Supplied entries →
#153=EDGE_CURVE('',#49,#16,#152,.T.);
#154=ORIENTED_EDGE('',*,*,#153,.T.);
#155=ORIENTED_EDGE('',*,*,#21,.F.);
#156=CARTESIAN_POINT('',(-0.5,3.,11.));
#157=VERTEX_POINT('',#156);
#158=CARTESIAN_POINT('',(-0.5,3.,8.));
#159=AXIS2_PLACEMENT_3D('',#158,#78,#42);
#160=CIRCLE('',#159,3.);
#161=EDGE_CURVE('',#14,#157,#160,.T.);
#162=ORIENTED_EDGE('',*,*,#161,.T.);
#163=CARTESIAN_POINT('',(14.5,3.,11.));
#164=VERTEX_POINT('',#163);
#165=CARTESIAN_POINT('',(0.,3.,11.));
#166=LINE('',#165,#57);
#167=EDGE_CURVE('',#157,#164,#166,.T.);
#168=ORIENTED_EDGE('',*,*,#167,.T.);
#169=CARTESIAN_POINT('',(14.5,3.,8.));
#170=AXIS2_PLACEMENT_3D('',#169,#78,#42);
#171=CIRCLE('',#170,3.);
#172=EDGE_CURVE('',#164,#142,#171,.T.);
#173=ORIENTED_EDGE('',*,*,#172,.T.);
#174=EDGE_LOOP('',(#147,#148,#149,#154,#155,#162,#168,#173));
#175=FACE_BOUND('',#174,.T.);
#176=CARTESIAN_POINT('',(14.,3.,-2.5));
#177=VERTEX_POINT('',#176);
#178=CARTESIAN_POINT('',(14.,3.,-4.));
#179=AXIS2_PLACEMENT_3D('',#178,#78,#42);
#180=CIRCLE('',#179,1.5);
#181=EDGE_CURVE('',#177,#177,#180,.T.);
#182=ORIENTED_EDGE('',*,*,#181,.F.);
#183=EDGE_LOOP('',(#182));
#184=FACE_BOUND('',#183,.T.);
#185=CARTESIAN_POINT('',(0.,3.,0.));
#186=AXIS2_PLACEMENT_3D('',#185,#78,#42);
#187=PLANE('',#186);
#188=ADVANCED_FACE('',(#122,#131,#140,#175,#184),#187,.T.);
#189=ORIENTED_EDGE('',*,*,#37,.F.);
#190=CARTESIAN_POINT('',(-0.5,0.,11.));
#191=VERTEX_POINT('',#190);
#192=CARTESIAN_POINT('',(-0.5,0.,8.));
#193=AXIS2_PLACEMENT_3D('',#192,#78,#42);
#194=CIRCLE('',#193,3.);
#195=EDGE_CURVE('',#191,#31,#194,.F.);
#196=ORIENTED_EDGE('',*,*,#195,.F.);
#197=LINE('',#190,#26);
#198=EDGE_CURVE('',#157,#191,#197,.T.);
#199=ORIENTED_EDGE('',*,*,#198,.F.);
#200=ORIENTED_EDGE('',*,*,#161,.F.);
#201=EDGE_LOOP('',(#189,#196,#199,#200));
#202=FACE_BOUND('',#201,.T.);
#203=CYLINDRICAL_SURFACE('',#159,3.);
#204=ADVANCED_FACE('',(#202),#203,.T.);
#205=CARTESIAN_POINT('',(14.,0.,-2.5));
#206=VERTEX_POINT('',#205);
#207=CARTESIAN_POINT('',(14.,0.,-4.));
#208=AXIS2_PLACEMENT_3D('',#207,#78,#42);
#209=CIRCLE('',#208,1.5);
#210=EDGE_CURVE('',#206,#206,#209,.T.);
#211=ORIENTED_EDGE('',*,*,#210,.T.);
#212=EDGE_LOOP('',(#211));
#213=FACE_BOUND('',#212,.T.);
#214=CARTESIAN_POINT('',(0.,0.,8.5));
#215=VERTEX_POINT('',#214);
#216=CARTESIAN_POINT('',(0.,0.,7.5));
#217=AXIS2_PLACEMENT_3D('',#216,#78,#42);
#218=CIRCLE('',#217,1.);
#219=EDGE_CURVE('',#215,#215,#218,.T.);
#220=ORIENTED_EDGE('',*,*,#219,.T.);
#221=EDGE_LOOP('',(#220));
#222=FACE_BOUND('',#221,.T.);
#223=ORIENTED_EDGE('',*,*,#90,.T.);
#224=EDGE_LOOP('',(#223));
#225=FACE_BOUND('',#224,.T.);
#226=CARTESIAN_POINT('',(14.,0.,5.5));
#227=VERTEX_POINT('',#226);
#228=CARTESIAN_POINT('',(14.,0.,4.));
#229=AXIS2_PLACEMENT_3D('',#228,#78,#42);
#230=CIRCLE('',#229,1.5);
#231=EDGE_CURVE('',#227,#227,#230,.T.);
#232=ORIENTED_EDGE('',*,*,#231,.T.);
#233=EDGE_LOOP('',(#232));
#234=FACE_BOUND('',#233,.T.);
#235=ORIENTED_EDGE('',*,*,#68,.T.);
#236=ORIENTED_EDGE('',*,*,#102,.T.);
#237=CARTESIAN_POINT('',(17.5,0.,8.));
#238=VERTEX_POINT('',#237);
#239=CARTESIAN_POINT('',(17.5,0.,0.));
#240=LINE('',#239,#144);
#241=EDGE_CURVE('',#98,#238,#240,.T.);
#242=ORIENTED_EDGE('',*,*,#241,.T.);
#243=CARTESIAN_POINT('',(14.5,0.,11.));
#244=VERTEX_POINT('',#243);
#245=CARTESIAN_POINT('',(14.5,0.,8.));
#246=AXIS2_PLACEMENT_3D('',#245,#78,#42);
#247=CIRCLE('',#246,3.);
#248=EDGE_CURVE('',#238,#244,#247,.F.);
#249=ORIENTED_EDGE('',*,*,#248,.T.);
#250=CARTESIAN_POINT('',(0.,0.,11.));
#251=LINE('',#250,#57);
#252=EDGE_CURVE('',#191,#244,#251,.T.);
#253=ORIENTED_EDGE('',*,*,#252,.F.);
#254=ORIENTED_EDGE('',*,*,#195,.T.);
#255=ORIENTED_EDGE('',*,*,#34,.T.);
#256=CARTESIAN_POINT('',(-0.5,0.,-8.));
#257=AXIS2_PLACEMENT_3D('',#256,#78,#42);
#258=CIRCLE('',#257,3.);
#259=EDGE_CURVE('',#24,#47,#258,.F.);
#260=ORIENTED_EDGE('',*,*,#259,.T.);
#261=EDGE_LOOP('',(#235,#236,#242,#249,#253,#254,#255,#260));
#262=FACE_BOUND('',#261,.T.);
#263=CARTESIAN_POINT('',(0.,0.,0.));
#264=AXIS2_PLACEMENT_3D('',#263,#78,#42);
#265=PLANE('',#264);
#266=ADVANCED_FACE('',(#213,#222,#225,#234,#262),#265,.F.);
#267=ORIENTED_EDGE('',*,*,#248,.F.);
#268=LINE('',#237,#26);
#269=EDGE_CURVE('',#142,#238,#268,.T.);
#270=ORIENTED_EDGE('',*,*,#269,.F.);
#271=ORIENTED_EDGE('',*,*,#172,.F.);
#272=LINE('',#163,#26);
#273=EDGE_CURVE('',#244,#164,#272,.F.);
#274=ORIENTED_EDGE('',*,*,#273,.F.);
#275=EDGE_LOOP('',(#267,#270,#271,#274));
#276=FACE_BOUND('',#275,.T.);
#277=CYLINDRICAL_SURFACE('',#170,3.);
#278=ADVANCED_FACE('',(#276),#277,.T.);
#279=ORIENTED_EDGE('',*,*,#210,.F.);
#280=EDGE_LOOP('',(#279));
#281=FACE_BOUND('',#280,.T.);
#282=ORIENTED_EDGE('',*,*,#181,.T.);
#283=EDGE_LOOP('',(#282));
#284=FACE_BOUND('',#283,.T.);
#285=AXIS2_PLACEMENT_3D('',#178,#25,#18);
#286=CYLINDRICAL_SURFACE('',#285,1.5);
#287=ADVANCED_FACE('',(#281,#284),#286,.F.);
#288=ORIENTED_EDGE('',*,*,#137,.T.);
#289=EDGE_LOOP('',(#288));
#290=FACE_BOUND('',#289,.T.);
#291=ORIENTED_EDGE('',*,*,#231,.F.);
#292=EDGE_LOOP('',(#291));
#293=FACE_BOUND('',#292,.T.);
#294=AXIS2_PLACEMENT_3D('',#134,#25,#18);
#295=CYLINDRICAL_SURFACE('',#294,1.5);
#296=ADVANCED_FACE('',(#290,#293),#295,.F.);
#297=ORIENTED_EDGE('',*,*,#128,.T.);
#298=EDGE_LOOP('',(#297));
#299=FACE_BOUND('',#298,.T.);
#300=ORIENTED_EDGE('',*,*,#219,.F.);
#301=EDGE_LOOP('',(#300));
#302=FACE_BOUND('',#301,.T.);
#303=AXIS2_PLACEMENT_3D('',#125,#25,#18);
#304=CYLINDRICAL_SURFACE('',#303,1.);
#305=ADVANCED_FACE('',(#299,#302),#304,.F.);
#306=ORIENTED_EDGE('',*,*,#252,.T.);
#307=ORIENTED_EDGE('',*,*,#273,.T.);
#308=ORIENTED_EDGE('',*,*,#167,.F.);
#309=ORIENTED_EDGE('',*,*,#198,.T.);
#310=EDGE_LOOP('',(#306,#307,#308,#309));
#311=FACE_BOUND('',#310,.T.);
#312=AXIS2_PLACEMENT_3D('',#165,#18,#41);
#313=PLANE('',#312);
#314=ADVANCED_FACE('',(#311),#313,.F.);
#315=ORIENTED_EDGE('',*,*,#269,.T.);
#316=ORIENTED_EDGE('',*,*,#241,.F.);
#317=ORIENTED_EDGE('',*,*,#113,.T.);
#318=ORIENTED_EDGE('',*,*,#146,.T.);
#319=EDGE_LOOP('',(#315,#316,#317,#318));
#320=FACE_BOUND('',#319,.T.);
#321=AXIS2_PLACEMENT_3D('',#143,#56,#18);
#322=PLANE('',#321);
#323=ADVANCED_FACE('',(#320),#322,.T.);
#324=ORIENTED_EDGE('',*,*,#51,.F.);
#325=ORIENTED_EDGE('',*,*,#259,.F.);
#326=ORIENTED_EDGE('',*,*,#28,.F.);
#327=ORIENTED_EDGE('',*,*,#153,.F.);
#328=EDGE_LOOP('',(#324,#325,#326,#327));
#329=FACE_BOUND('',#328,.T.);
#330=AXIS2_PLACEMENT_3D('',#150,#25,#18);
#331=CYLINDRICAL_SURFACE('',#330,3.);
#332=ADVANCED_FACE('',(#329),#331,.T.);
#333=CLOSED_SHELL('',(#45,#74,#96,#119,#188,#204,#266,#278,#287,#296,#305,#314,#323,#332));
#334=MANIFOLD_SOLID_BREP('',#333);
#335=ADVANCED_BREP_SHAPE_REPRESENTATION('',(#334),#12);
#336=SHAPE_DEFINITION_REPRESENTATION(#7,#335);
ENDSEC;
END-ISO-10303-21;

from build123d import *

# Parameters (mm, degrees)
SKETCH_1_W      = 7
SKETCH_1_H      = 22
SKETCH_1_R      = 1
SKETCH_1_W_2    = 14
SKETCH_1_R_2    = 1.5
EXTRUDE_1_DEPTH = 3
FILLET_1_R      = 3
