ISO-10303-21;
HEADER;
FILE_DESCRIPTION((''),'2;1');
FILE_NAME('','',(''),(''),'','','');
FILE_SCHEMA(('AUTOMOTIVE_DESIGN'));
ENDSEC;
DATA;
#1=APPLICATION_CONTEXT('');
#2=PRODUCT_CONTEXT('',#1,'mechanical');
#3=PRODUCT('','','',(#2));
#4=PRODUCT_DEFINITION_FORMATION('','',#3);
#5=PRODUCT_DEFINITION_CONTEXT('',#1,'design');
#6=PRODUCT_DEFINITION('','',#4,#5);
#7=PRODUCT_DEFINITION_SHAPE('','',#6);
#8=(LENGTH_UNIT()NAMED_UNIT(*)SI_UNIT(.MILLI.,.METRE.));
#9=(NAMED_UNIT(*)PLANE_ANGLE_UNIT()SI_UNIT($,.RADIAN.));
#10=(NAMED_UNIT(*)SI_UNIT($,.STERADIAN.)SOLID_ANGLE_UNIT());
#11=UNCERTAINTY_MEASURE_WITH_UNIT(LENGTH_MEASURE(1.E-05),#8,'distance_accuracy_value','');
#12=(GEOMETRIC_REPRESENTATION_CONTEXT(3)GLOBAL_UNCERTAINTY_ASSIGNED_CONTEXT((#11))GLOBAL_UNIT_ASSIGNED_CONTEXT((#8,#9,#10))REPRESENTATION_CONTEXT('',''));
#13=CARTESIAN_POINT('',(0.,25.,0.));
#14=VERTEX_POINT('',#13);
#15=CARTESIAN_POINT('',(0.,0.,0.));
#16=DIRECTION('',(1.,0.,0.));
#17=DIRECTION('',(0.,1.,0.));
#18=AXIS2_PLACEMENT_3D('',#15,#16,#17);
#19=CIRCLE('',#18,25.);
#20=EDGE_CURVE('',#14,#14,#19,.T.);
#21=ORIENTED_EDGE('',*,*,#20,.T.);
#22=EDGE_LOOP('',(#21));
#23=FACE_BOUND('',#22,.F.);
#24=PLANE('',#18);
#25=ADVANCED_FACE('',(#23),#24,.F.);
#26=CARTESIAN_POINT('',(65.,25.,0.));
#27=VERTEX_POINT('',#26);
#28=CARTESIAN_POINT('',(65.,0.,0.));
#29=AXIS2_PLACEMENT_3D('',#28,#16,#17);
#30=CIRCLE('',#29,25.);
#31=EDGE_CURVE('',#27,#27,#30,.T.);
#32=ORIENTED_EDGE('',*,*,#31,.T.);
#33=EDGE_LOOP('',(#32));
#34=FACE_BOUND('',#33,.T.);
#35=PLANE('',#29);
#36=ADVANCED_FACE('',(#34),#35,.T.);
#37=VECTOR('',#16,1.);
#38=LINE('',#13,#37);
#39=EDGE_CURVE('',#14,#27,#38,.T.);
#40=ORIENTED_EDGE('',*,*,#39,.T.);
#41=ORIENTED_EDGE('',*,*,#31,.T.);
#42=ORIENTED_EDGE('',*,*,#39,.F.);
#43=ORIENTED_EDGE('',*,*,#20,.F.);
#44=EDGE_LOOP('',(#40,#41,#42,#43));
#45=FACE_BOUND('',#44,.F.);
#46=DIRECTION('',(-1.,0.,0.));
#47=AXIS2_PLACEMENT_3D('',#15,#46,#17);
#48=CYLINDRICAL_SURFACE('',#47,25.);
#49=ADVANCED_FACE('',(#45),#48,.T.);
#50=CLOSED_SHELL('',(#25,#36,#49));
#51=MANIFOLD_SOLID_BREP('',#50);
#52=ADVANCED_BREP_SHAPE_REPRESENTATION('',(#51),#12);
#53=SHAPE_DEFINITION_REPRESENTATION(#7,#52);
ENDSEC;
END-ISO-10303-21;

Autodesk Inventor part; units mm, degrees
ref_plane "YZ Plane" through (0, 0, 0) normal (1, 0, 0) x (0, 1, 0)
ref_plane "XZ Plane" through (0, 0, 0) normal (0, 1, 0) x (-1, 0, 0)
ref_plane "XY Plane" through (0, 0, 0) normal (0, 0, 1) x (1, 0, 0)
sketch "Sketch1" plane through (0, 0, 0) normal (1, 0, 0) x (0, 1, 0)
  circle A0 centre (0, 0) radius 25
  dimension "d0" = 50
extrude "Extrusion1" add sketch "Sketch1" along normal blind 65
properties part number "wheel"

What you should do → Restate word for word only the lines above from the line containing "#228=CARTESIAN_POINT('',(14.,0.,4.));" to the line containing "#236=ORIENTED_EDGE('',*,*,#102,.T.);", both of them included.

Solution →
#228=CARTESIAN_POINT('',(14.,0.,4.));
#229=AXIS2_PLACEMENT_3D('',#228,#78,#42);
#230=CIRCLE('',#229,1.5);
#231=EDGE_CURVE('',#227,#227,#230,.T.);
#232=ORIENTED_EDGE('',*,*,#231,.T.);
#233=EDGE_LOOP('',(#232));
#234=FACE_BOUND('',#233,.T.);
#235=ORIENTED_EDGE('',*,*,#68,.T.);
#236=ORIENTED_EDGE('',*,*,#102,.T.);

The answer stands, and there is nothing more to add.